[Opening Provided information section]

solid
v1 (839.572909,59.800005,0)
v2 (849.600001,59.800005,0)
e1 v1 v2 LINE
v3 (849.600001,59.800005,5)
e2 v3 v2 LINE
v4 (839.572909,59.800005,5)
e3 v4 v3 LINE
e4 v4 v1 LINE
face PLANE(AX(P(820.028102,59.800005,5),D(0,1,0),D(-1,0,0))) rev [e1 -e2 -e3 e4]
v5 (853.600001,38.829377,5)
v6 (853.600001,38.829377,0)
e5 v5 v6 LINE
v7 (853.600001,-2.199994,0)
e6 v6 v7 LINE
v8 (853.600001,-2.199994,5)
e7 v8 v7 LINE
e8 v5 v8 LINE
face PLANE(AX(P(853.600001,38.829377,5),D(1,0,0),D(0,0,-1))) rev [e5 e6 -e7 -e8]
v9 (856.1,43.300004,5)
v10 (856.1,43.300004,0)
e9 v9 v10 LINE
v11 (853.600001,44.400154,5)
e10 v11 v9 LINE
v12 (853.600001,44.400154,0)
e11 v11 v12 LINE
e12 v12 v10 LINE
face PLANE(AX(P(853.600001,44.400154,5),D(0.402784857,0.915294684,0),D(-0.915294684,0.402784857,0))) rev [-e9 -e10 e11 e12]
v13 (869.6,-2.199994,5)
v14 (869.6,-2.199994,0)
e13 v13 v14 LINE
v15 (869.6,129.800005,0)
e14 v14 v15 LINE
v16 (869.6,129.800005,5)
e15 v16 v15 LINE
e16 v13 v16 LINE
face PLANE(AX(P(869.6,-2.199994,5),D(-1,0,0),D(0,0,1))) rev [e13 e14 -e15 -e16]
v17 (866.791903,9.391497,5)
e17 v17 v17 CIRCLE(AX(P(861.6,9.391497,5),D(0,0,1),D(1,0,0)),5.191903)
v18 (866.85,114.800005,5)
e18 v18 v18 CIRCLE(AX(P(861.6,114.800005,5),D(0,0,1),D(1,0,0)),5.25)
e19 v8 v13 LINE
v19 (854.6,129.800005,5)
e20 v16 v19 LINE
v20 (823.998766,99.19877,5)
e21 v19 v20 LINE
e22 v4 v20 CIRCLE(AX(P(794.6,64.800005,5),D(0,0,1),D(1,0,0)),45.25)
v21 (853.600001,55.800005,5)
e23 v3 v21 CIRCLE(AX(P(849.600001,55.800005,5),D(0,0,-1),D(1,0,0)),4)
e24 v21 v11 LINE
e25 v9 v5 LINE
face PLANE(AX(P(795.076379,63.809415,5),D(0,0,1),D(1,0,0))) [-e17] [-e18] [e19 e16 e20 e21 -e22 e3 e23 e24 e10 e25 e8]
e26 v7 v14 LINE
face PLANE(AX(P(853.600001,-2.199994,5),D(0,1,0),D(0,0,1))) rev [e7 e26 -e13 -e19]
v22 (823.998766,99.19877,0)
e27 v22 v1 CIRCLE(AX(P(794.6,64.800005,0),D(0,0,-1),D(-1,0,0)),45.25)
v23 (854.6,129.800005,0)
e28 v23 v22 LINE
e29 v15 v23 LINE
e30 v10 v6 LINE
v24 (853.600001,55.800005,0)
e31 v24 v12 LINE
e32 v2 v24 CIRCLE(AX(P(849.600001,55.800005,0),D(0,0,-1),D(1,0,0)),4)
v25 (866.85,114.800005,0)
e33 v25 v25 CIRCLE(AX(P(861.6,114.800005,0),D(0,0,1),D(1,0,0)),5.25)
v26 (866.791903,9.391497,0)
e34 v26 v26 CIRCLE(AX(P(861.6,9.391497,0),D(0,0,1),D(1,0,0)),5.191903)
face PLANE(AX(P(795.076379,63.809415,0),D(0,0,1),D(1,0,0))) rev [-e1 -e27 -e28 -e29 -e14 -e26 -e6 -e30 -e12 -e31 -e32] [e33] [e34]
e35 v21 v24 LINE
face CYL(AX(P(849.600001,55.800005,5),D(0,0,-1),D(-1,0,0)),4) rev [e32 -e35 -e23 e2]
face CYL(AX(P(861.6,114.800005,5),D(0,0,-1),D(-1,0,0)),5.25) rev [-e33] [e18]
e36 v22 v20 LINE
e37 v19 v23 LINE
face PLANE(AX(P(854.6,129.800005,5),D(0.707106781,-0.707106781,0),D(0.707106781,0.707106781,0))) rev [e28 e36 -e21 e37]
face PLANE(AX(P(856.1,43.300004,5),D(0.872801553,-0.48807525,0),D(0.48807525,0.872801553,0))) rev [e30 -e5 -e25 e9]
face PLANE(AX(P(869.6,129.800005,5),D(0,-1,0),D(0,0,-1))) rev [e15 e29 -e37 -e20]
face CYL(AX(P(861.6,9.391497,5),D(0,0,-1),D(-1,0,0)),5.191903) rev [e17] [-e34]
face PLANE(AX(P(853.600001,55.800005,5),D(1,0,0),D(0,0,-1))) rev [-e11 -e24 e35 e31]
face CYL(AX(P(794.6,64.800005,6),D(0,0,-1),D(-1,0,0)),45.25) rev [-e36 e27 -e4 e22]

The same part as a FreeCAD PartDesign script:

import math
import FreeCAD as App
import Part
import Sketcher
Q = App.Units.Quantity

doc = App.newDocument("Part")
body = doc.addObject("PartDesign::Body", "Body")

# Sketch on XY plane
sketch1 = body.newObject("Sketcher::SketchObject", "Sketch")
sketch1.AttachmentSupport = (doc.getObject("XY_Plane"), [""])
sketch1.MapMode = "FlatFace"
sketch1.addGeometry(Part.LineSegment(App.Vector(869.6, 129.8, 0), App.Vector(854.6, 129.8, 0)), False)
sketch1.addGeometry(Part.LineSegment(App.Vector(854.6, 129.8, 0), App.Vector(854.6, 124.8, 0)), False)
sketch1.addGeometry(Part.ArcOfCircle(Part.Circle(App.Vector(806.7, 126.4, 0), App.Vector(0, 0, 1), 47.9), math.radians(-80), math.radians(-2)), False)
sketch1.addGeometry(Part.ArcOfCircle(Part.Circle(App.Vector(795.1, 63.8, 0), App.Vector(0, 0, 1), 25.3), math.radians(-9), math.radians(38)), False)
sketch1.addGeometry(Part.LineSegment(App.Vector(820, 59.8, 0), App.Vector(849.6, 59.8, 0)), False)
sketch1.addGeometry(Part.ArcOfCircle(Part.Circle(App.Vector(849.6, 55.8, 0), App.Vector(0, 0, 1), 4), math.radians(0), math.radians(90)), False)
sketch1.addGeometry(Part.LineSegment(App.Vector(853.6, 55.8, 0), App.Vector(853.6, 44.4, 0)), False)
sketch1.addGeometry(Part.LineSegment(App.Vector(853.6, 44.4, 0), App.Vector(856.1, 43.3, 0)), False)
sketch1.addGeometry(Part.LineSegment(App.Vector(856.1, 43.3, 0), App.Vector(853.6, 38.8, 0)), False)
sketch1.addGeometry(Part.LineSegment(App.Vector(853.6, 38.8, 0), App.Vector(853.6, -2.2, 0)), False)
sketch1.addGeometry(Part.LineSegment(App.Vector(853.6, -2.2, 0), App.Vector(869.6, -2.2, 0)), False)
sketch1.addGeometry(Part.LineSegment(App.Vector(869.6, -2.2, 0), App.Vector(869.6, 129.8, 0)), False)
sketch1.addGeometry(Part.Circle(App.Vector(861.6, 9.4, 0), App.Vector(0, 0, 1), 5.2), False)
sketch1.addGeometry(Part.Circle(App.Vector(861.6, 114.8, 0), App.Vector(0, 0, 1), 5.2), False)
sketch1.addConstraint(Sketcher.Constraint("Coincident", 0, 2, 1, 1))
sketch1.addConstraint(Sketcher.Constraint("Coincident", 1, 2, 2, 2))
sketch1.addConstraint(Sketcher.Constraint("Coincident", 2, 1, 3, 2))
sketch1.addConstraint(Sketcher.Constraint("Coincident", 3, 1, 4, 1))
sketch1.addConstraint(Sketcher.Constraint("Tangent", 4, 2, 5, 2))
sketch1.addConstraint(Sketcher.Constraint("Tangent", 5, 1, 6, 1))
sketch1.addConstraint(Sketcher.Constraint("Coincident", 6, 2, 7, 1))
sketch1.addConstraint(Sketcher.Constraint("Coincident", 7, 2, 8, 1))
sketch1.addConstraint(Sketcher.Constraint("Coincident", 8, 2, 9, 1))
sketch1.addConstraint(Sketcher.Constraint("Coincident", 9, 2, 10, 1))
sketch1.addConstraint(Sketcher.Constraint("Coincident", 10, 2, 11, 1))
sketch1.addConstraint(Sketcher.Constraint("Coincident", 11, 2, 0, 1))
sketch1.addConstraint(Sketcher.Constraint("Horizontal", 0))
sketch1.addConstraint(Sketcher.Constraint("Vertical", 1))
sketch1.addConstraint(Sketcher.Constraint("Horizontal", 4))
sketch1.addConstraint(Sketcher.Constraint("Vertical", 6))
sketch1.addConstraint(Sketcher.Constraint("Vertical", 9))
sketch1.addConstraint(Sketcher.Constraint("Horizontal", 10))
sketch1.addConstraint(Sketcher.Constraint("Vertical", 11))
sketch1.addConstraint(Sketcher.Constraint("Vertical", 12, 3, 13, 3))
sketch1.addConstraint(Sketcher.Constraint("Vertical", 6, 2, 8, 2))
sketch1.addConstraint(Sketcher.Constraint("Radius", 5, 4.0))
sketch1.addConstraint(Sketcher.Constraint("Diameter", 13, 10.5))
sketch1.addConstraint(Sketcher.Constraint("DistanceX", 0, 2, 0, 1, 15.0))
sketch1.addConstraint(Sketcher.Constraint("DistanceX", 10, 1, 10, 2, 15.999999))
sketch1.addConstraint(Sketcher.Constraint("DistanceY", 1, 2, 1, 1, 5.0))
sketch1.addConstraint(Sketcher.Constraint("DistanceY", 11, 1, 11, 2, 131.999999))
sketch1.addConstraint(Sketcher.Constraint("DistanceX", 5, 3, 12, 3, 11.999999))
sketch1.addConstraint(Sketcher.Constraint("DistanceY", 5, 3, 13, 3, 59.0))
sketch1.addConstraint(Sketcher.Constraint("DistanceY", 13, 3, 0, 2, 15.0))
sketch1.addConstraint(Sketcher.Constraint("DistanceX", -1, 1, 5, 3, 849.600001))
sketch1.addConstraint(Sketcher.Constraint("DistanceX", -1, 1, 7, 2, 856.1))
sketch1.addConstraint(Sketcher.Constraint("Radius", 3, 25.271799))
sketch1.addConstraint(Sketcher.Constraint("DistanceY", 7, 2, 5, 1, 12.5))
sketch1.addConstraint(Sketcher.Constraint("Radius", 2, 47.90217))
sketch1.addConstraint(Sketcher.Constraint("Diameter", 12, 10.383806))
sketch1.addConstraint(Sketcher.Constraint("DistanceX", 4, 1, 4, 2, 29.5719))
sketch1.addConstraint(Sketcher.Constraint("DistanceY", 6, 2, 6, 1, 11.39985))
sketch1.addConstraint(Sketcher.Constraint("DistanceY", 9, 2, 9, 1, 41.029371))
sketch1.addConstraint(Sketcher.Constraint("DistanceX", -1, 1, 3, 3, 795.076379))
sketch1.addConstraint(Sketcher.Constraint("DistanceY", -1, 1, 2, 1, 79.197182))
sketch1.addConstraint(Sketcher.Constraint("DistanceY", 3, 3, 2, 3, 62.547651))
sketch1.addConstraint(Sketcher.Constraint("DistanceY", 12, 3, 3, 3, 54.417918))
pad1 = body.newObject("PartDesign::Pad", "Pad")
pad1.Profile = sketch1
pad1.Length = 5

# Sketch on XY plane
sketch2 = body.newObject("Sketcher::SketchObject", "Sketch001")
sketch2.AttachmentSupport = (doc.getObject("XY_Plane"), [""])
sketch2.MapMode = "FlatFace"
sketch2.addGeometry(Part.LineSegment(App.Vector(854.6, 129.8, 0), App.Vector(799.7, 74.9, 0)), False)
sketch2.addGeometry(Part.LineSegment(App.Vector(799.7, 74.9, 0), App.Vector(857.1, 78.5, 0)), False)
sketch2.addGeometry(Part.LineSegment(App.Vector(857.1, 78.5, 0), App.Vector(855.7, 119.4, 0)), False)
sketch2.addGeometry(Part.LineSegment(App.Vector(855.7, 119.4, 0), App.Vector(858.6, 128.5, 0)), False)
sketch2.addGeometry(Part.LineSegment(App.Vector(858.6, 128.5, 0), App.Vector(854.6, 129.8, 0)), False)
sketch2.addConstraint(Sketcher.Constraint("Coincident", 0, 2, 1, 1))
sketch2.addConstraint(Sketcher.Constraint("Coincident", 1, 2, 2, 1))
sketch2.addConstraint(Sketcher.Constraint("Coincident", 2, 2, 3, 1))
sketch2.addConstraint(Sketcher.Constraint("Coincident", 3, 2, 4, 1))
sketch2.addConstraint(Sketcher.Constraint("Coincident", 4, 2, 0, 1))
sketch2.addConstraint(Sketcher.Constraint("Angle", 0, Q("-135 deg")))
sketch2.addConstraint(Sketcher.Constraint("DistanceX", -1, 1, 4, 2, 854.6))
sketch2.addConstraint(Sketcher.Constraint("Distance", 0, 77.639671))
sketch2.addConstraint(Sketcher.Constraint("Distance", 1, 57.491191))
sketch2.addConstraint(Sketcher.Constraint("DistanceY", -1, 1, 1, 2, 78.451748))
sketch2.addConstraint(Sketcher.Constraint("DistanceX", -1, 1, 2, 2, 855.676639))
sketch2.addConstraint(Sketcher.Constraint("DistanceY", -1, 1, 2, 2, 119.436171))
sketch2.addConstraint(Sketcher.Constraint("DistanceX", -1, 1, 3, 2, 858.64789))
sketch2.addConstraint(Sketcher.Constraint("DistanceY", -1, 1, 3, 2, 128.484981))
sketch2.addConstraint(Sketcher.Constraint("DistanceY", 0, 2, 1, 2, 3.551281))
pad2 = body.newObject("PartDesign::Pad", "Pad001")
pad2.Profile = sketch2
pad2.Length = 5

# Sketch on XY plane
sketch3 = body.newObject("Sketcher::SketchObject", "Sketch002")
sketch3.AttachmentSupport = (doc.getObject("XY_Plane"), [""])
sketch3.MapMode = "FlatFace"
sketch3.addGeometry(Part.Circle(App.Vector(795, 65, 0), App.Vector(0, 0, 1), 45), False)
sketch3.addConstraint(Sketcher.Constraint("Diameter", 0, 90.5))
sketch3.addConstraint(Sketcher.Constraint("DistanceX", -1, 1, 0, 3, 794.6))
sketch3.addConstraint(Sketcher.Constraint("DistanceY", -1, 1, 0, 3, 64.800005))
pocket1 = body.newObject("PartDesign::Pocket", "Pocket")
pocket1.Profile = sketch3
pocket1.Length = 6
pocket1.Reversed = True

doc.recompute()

[Closing Provided information section]
[Opening Provided information section]

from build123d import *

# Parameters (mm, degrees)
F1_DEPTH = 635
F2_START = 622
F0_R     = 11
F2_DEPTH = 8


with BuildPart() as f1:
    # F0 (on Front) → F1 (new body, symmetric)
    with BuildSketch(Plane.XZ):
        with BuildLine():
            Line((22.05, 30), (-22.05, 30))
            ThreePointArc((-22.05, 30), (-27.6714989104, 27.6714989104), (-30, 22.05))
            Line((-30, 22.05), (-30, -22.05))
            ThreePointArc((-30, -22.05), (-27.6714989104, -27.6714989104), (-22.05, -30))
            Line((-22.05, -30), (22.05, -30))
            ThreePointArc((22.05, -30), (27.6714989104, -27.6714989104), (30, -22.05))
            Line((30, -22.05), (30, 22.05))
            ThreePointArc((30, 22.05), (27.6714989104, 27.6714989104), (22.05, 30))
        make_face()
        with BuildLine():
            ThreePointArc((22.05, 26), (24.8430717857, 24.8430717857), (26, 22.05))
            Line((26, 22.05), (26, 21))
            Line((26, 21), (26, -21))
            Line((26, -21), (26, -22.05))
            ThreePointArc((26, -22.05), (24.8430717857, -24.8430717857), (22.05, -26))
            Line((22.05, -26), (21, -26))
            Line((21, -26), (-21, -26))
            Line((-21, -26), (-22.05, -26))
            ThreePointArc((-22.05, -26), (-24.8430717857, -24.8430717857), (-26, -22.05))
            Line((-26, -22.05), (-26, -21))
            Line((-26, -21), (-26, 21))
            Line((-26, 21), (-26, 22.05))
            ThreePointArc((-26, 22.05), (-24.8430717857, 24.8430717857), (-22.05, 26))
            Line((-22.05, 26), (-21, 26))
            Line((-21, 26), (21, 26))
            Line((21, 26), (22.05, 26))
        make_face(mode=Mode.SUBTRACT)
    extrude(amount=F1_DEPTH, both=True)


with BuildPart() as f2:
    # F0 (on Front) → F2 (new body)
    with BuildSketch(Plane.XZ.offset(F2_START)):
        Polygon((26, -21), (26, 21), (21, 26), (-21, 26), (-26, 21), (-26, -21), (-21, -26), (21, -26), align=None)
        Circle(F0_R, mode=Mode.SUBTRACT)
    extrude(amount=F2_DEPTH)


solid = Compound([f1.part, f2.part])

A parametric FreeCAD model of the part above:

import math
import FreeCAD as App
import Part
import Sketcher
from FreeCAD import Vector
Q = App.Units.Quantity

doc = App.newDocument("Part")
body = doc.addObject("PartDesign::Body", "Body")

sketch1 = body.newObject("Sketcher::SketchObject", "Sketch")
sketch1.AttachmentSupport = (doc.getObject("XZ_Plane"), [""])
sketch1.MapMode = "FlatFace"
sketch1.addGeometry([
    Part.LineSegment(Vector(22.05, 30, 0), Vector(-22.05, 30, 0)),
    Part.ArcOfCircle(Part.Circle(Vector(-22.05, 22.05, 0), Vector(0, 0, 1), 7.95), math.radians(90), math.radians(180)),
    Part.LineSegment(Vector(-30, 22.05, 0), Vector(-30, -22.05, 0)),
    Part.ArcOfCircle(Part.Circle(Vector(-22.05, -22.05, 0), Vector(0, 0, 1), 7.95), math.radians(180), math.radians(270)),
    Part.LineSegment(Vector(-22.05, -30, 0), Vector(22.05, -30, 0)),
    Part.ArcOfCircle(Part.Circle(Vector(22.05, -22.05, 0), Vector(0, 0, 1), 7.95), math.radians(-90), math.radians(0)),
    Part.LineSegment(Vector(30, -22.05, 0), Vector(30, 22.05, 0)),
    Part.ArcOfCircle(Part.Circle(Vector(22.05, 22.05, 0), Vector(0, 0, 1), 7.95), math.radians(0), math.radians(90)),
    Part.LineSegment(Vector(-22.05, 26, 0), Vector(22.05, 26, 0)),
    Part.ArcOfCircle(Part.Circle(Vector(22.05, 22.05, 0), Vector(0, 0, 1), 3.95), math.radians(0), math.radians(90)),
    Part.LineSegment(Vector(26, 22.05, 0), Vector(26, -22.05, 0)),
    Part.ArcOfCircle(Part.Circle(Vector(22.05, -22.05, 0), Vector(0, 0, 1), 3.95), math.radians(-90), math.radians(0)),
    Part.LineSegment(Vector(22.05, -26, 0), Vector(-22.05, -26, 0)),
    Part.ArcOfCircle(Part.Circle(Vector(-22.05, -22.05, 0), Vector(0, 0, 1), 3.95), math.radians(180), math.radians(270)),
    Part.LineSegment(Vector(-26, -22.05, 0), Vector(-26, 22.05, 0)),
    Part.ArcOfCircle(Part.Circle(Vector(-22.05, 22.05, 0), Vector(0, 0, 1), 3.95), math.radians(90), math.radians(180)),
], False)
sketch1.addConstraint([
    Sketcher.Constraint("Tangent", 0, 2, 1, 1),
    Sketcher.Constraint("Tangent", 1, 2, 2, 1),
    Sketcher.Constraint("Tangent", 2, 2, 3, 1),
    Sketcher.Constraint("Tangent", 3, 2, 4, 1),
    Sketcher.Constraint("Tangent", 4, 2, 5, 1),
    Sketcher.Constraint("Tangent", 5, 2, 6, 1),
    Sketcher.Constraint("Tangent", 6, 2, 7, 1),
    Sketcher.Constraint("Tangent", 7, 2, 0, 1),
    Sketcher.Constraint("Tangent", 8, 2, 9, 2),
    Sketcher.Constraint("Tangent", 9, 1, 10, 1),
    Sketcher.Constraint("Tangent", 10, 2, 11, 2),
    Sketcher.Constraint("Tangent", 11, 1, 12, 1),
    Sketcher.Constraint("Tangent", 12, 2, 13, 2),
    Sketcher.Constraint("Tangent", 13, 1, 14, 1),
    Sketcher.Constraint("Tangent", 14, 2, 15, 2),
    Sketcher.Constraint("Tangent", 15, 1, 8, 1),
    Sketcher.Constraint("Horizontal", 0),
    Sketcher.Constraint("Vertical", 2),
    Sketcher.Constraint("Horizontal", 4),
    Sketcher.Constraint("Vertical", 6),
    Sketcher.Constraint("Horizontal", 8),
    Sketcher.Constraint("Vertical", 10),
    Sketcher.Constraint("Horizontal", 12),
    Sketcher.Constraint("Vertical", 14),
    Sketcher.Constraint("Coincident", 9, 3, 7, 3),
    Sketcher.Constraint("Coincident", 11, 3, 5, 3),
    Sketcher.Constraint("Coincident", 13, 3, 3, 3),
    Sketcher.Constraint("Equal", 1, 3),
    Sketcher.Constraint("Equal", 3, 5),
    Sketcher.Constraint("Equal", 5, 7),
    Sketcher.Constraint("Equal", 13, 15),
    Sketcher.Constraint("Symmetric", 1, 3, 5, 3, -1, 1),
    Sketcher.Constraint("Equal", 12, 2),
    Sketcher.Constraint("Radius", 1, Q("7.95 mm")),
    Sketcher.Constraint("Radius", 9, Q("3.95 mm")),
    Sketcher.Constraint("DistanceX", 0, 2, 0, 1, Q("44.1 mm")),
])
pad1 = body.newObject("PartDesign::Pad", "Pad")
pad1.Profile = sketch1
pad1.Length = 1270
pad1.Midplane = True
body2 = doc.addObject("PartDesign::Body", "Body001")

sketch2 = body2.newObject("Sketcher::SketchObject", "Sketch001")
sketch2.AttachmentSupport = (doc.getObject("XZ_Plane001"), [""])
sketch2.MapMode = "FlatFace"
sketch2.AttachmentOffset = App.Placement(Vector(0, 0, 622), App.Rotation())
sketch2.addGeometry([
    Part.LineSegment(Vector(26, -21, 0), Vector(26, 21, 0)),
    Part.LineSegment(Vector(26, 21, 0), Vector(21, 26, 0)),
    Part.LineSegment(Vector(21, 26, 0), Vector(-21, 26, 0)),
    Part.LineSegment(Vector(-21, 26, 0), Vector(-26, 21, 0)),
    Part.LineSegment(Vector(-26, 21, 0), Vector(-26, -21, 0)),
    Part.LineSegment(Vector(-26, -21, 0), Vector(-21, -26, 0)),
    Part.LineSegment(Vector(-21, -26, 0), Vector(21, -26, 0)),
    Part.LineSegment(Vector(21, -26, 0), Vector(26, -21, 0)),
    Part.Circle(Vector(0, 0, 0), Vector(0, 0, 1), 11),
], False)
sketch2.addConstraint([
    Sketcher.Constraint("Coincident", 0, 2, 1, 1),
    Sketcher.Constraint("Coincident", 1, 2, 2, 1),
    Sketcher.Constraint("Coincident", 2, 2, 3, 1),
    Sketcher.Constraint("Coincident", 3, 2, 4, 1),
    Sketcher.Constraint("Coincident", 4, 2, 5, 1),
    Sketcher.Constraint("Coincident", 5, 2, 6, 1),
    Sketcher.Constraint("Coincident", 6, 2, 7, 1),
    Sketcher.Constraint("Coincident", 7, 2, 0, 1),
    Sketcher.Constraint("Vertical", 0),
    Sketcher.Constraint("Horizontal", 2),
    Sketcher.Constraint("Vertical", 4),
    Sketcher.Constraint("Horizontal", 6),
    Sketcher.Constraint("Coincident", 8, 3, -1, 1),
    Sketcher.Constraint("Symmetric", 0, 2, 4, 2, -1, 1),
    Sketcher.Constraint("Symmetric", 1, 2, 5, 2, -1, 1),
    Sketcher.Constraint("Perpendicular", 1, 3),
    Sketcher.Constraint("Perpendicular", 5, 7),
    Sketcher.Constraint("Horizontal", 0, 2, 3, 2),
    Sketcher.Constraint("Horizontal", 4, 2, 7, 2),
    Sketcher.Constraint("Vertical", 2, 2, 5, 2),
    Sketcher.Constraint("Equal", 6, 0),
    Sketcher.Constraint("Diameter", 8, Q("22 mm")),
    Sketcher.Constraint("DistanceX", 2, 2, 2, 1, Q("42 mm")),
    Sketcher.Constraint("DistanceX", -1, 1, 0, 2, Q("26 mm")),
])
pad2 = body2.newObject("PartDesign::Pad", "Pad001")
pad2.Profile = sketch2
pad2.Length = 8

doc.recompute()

[Closing Provided information section]

Task objective - Transcribe, exactly and without additions, the lines of the records above, beginning with the line that contains "e7 v8 v7 LINE" and ending with the line that contains "e25 v9 v5 LINE", both included.

Worked solution -
e7 v8 v7 LINE
e8 v5 v8 LINE
face PLANE(AX(P(853.600001,38.829377,5),D(1,0,0),D(0,0,-1))) rev [e5 e6 -e7 -e8]
v9 (856.1,43.300004,5)
v10 (856.1,43.300004,0)
e9 v9 v10 LINE
v11 (853.600001,44.400154,5)
e10 v11 v9 LINE
v12 (853.600001,44.400154,0)
e11 v11 v12 LINE
e12 v12 v10 LINE
face PLANE(AX(P(853.600001,44.400154,5),D(0.402784857,0.915294684,0),D(-0.915294684,0.402784857,0))) rev [-e9 -e10 e11 e12]
v13 (869.6,-2.199994,5)
v14 (869.6,-2.199994,0)
e13 v13 v14 LINE
v15 (869.6,129.800005,0)
e14 v14 v15 LINE
v16 (869.6,129.800005,5)
e15 v16 v15 LINE
e16 v13 v16 LINE
face PLANE(AX(P(869.6,-2.199994,5),D(-1,0,0),D(0,0,1))) rev [e13 e14 -e15 -e16]
v17 (866.791903,9.391497,5)
e17 v17 v17 CIRCLE(AX(P(861.6,9.391497,5),D(0,0,1),D(1,0,0)),5.191903)
v18 (866.85,114.800005,5)
e18 v18 v18 CIRCLE(AX(P(861.6,114.800005,5),D(0,0,1),D(1,0,0)),5.25)
e19 v8 v13 LINE
v19 (854.6,129.800005,5)
e20 v16 v19 LINE
v20 (823.998766,99.19877,5)
e21 v19 v20 LINE
e22 v4 v20 CIRCLE(AX(P(794.6,64.800005,5),D(0,0,1),D(1,0,0)),45.25)
v21 (853.600001,55.800005,5)
e23 v3 v21 CIRCLE(AX(P(849.600001,55.800005,5),D(0,0,-1),D(1,0,0)),4)
e24 v21 v11 LINE
e25 v9 v5 LINE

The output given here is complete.